The problem began just days after the superstorm struck Oct. 29, when Occupy Sandy worked with Recovers.org, a for-profit online emergency response coordination network for communities that allows users to coordinate volunteers and accept in-kind donations, to create aid sites dedicated to aid for specific neighborhoods.

At least two Recovers.org sites were established — one for Red Hook and another for the Lower East Side.

However, the sites directed donors from each site to a shared donation payment website, WePay, where funds were put into a single account without any tags to distinguish where each donation was intended, organizers said.

"It's impossible to know what the donor intent was in the donations, because of the way it was set up,” said Daniele Kohn, a member of Occupy Sandy who is helping run the WePay account.

"Because we didn't know [WePay] was linked to the Recovers site, it's impossible for us to know how people came to the WePay site” — and, by extension, which funds should go where and whether donors' wishes are being honored, Kohn added.

"We at Recovers never touch cash or monetary donations, but just provide people who wish to donate money a link to an external site. We are not a fundraising organization like Kickstarter, we do not vet individual projects of the communities we are working with, and we do not take any money from the recovery. It is up to each individual donor who visits the external donation websites (in this case WePay), to decide whether or not to contribute," Recovers.org co-founder and CEO Caitria O'Neill said in a statement.

Making matters worse, organizers say, little of the money has been disbursed in the three months since the storm, as those who need it most are struggling to cover basic necessities.

In Red Hook, volunteer leaders of neighborhood recovery efforts say they have received little to no money from Occupy Sandy, other than an initial $2,000 payment to cover "petty cash" expenditures in the weeks immediately following the storm, and a $10,000 pledge made last month for a project titled “Grow Red Hook.”

Moreover, the volunteers say Occupy Sandy has refused to give them any information about when and how much money they can expect to get.

"You cannot raise money in somebody's name and not give it to that somebody — it's fraudulent," said Monica Byrne, a member of Occupy Red Hook and co-founder of Restore Red Hook, which independently has raised close to $500,000 for neighborhood brick-and-mortar businesses since Hurricane Sandy.

"There's no question about the integrity of the work being done, and the fact that people are volunteering and doing a huge amount of really important work, and I give Occupy Sandy and the Red Hook Volunteers huge, huge credit for that," she added. "That said, there's something very murky about the money."

DNAinfo.com reported a month ago that a rift had developed between Occupy's Red Hook volunteers and the wider Occupy Sandy movement.

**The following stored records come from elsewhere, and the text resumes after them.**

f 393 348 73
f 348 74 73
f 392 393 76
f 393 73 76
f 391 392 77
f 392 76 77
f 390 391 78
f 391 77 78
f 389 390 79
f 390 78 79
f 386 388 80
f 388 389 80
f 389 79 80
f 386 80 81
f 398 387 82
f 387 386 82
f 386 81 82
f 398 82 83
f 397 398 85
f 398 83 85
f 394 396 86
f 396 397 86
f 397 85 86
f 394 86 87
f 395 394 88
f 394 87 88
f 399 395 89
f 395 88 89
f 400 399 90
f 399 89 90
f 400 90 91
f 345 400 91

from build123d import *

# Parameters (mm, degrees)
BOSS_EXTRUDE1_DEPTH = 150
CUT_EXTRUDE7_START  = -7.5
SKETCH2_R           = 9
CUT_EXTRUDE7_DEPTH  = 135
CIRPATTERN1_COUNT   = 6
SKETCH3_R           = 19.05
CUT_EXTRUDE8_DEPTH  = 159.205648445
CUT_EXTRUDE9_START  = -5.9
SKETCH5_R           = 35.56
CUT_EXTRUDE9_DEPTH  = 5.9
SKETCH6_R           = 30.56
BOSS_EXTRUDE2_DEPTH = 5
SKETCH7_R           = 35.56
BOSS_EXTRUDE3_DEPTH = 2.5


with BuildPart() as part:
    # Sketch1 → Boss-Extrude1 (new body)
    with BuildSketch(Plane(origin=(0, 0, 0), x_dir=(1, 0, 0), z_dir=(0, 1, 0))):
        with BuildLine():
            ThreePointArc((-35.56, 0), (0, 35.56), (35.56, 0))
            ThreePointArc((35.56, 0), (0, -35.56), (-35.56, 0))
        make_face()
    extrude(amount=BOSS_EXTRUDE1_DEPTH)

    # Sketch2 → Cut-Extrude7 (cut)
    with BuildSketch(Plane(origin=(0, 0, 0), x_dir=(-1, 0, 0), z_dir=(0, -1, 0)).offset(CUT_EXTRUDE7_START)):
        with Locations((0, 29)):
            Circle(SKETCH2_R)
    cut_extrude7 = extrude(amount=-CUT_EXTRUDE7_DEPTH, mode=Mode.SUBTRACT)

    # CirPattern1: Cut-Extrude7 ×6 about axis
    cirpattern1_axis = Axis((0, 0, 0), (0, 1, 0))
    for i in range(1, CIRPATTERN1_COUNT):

Members of the Occupy Sandy press team, contacted by phone and email, declined to comment, and messages sent to email addresses posted on the website of Occupy Lower East Side were either returned as undeliverable or went unanswered.

The New York Attorney General's Office also declined to comment.

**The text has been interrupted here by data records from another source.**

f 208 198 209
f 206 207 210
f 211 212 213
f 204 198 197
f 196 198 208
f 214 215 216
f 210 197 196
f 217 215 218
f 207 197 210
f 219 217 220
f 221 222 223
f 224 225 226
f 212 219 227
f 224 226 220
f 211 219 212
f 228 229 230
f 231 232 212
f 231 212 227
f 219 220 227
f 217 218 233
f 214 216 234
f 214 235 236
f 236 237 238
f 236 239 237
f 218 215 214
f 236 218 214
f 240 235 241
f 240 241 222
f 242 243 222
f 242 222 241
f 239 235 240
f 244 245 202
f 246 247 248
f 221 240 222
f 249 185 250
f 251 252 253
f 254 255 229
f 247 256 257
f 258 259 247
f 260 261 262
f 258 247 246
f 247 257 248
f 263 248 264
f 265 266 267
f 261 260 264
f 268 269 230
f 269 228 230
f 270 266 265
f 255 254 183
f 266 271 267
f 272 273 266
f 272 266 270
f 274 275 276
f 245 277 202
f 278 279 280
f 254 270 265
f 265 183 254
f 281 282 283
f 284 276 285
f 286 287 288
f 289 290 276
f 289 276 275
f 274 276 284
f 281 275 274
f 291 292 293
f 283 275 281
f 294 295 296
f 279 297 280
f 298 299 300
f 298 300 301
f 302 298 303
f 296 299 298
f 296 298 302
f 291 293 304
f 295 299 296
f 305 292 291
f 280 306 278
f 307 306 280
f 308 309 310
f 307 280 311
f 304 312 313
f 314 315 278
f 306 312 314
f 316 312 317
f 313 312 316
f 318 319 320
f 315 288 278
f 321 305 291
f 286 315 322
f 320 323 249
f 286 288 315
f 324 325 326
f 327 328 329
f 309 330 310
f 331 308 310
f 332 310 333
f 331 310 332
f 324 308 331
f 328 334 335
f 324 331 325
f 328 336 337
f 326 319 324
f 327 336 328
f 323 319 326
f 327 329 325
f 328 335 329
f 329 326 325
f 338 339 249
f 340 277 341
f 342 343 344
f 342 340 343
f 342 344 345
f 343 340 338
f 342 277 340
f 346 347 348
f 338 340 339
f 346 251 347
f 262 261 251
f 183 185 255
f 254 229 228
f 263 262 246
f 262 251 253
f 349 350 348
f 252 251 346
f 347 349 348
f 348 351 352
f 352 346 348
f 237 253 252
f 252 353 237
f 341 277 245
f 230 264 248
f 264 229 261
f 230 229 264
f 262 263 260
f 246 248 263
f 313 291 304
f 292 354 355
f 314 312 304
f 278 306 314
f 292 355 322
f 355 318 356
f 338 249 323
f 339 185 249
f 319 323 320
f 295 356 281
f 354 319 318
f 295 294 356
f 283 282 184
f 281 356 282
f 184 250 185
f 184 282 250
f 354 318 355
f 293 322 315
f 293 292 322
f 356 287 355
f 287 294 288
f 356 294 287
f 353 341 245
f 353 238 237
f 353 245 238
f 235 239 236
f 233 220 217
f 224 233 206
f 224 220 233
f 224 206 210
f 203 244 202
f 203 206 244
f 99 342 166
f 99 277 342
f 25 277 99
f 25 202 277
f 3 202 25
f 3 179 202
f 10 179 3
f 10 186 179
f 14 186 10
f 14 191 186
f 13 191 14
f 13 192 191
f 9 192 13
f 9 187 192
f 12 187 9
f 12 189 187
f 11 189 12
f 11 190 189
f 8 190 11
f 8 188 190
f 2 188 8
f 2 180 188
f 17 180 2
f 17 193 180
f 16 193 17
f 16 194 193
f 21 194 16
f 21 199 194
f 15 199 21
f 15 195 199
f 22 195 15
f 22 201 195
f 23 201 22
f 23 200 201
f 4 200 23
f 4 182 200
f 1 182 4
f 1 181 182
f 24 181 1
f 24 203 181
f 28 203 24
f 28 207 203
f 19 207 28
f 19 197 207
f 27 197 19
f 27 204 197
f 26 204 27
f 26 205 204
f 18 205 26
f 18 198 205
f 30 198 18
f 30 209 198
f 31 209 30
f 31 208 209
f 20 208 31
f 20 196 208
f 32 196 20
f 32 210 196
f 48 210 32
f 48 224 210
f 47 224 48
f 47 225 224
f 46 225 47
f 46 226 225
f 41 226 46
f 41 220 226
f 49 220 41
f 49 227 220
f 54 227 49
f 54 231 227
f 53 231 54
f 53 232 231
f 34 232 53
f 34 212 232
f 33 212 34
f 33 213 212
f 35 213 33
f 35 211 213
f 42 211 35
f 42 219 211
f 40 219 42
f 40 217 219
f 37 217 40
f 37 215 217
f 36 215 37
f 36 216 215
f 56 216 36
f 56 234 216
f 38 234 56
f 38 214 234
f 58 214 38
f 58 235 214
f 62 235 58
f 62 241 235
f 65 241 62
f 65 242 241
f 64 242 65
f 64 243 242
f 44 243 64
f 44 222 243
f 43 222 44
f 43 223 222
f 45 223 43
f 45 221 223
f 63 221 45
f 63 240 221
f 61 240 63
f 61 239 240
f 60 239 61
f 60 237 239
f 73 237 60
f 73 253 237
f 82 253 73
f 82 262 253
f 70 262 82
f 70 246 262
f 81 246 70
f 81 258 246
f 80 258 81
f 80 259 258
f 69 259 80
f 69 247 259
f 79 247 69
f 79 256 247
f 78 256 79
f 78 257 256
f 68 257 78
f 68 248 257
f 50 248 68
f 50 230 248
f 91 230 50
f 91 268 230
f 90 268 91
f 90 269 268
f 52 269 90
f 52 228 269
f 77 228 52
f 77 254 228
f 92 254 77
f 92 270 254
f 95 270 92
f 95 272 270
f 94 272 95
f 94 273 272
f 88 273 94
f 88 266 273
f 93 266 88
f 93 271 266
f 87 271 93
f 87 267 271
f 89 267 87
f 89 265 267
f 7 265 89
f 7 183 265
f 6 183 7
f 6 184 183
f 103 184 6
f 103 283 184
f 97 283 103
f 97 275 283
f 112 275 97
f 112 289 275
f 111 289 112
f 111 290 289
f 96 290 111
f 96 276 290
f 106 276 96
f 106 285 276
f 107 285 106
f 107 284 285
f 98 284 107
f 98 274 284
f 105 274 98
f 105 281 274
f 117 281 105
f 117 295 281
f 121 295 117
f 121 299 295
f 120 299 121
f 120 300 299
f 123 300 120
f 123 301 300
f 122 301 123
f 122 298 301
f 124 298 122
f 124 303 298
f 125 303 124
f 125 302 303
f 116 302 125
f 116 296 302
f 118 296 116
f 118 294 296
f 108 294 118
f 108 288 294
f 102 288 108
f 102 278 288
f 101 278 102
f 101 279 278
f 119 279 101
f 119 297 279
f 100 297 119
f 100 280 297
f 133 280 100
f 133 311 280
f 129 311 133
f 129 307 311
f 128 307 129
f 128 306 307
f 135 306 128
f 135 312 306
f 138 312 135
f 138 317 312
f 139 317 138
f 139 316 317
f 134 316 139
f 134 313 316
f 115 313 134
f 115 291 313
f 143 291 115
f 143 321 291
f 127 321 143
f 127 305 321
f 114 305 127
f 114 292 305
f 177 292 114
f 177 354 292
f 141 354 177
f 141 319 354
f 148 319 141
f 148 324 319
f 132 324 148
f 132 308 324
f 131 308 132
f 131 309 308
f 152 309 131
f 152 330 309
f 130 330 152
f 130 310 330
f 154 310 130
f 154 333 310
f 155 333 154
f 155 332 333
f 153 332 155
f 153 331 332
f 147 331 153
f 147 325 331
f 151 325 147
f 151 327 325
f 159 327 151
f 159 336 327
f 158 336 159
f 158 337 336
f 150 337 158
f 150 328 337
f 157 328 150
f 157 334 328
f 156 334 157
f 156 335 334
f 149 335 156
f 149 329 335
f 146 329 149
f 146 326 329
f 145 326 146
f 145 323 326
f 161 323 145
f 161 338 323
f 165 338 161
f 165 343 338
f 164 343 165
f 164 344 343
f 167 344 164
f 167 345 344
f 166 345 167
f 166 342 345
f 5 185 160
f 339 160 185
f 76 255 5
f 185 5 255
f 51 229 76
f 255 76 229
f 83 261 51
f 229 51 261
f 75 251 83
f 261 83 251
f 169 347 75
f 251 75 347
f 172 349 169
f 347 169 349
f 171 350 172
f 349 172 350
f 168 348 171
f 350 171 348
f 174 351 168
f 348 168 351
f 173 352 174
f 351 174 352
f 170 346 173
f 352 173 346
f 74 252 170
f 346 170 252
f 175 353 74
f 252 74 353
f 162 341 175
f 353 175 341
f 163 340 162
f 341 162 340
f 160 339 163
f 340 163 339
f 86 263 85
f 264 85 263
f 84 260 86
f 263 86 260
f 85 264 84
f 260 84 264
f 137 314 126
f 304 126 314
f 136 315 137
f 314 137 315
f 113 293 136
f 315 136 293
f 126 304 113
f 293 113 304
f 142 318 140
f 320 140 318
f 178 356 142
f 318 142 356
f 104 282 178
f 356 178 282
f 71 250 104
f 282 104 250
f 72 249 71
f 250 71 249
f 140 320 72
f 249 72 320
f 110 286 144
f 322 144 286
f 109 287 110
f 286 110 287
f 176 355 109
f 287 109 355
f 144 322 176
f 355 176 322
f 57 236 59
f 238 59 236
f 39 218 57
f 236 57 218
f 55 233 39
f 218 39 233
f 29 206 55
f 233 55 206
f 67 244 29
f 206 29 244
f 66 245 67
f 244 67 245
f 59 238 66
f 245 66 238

State law requires charities to "apply contributions in a manner substantially consistent with the solicitation or registration statement of the charitable organization or the purposes expressed therein."

As one state official explained, "An organization that raises money for a particular purpose must spend that money on that particular purpose."

Byrne and other Occupy members said a debate has been raging within the Occupy Sandy community since December over the problems with the pay site. The sites, however, remained active until the end of January before being shut down.

Establishing the Recovers and WePay sites "may just have been one of those young, crazy, 'we-were-impulsive-and-now-we-need-to-figure-it-out things,'" Byrne said.

"But we're looking at three months," she added. "It needs to be figured out."

CORRECTION: An earlier version of this story referred to Recovers.org as a charity site that collected money. In fact, it is a for-profit site that does not collect any funds.